# Negril.com Message Board Forums > Technical Issues >  how to post a picture

## original spanky

please don't laugh at this question.
i have photos on my mac i would like to post on the  message board?
instructions? thanks

----------


## Jenn

When you start a post, click on the little picture icon - it looks like there is a tree in it (third from the right) and it is right next to the one that looks like a movie strip. You should have a box pop up that says from computer or from url. Mine always defaults to "from url" so I have to click on "from computer". From here, click "choose file". Click on the pictures you want to select, then click "upload files".  After each image, I hit return (it will show up in brackets and say attach  some other things then a bracket.  I usually hit enter after each picture because it allows a line of space between each picture rather than having them touch.) Then post away! I think you can select multiple at a time...

Attachment 49759

----------


## Todd

Attachment 49765

----------


## Jenn

Thanks, Todd!

----------


## agregory

Just curious, is this picture posting method still working?  I have always posted exactly as Jenn described, but now it doesn't work for me  :Frown:   I'm just curious if others are having issues???

----------


## Rob

Attachment 51419

It seems to be working on this end... what error message, if any, are you receiving?

----------


## agregory

I have tried posting several more times and only had success once a few minutes ago, on the Negril "Local Motion" post.  I do the same thing each try and in the bottom left corner the progress goes up to 97% each time, whether it's successful or not.  I am trying to post another picture here, but nothing shows, even after going through the same steps. 

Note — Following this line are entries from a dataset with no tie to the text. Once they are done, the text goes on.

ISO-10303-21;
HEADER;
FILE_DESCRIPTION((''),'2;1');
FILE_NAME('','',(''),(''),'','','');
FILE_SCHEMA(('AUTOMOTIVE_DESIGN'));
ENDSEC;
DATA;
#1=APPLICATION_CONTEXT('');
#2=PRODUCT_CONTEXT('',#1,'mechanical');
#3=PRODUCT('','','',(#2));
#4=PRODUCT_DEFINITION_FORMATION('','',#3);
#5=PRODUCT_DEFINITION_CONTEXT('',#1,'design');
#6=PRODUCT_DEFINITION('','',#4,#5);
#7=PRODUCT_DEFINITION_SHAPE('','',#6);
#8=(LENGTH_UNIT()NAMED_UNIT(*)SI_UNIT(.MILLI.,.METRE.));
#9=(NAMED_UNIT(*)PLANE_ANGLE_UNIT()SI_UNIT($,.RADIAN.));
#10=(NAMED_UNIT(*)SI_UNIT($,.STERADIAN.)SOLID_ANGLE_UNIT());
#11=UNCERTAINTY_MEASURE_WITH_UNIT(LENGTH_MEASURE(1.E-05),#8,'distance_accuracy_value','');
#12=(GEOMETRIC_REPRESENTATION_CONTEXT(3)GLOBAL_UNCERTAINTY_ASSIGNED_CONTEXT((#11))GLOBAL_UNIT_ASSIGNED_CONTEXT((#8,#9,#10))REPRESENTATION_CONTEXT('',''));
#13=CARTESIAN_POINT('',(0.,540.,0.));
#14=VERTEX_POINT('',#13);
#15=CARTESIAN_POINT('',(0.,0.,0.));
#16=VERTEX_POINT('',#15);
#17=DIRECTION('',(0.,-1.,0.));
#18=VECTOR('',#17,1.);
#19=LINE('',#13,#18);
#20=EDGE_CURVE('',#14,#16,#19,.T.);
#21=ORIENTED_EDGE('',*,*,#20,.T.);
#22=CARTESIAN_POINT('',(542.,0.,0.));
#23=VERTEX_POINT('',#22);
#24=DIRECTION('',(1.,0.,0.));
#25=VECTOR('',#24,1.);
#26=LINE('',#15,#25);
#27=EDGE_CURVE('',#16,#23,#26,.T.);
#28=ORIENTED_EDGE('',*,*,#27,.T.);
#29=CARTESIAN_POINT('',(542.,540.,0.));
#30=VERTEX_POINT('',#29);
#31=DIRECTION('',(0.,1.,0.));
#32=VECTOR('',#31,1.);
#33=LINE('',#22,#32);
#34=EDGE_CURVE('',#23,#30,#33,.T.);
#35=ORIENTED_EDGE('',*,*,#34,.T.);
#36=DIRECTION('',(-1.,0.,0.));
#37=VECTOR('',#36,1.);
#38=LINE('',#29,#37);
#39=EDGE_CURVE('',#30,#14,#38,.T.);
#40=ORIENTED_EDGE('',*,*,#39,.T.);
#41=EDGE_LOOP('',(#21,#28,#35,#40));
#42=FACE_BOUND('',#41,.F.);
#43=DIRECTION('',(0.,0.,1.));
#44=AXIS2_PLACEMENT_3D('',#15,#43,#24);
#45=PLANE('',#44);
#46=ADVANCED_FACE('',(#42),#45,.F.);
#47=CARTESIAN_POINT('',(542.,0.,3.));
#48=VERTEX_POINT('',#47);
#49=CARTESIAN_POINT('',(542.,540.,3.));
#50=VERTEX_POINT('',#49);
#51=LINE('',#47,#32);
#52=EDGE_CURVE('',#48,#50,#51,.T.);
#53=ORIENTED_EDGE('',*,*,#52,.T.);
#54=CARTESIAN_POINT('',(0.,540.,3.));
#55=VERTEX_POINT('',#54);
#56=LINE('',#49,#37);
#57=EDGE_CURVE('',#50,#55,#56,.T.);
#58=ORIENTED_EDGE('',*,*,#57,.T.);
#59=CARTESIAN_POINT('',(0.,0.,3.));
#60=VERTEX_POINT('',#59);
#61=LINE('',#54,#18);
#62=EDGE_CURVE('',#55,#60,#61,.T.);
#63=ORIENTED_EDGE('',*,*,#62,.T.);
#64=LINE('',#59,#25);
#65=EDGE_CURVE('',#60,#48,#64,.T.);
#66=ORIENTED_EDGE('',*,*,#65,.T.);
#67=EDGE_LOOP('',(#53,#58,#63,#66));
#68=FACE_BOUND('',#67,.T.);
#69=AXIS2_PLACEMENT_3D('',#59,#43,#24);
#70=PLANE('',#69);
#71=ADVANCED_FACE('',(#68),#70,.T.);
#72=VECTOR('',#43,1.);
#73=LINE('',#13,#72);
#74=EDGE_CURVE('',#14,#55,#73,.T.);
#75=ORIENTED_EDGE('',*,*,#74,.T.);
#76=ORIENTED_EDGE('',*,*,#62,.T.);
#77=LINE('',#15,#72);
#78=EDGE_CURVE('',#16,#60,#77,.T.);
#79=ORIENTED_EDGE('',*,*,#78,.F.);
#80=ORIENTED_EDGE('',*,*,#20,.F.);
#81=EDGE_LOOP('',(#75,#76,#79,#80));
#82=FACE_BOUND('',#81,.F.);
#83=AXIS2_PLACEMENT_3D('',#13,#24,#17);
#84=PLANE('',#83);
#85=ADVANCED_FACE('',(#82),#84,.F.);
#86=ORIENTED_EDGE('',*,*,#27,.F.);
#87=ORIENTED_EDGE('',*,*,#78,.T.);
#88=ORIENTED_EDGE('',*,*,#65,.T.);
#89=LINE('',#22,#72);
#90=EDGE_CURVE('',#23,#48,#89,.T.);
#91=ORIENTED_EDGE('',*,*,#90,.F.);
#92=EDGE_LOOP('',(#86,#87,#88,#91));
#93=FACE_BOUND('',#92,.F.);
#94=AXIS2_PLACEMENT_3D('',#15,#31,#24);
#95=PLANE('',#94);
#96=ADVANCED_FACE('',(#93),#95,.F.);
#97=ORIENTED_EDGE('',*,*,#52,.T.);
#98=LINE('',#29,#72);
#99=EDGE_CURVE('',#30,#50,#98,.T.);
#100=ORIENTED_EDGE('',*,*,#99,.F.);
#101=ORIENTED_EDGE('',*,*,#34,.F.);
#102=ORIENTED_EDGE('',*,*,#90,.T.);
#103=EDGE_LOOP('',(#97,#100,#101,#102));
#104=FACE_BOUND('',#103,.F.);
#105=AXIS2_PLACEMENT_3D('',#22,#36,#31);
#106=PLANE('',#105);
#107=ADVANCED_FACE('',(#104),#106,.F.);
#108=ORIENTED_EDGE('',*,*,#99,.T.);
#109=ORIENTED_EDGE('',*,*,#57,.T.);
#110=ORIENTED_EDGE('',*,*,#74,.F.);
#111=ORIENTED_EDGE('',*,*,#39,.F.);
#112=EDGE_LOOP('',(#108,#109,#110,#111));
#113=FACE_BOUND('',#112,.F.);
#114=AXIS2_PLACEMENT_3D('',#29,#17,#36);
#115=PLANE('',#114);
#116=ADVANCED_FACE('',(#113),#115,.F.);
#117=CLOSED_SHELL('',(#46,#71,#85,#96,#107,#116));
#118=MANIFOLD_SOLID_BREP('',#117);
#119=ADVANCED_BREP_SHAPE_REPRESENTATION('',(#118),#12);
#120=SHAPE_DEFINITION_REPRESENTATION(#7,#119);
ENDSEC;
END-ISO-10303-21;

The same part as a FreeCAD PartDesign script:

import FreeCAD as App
import Part
import Sketcher
from FreeCAD import Vector

doc = App.newDocument("Part")
body = doc.addObject("PartDesign::Body", "Body")

# Sketch on XY plane
sketch1 = doc.addObject("Sketcher::SketchObject", "Sketch")
body.addObject(sketch1)
sketch1.AttachmentSupport = (doc.XY_Plane, [""])
sketch1.MapMode = "FlatFace"
sketch1.addGeometry(Part.LineSegment(Vector(0, 540, 0), Vector(0, 0, 0)), False)
sketch1.addGeometry(Part.LineSegment(Vector(0, 0, 0), Vector(542, 0, 0)), False)
sketch1.addGeometry(Part.LineSegment(Vector(542, 0, 0), Vector(542, 540, 0)), False)
sketch1.addGeometry(Part.LineSegment(Vector(542, 540, 0), Vector(0, 540, 0)), False)
sketch1.addConstraint(Sketcher.Constraint("Coincident", 0, 2, 1, 1))
sketch1.addConstraint(Sketcher.Constraint("Coincident", 1, 2, 2, 1))
sketch1.addConstraint(Sketcher.Constraint("Coincident", 2, 2, 3, 1))
sketch1.addConstraint(Sketcher.Constraint("Coincident", 3, 2, 0, 1))
sketch1.addConstraint(Sketcher.Constraint("Vertical", 0))
sketch1.addConstraint(Sketcher.Constraint("Horizontal", 1))
sketch1.addConstraint(Sketcher.Constraint("Vertical", 2))
sketch1.addConstraint(Sketcher.Constraint("Horizontal", 3))
sketch1.addConstraint(Sketcher.Constraint("Coincident", 0, 2, -1, 1))
sketch1.addConstraint(Sketcher.Constraint("DistanceX", 1, 1, 1, 2, 542.0))
sketch1.addConstraint(Sketcher.Constraint("DistanceY", 0, 2, 0, 1, 540.0))
pad1 = doc.addObject("PartDesign::Pad", "Pad")
body.addObject(pad1)
pad1.Profile = sketch1
pad1.Length = 3

doc.recompute()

I'm on Chrome - Version 66.0.3359.181 (Official Build) (64-bit) & Windows 10 Pro.



I posted another pic here, but it's upside down of course!  First time that's happened - lol!  IDK what to tell you Rob, it could be me or my SurfacePro 3  :Friendly Wink:

----------


## McBriGuy

Testing

----------


## McBriGuy

That's Maine  but it worked  :Smile:

----------


## 1966 Hippie

.  Hope this works.

----------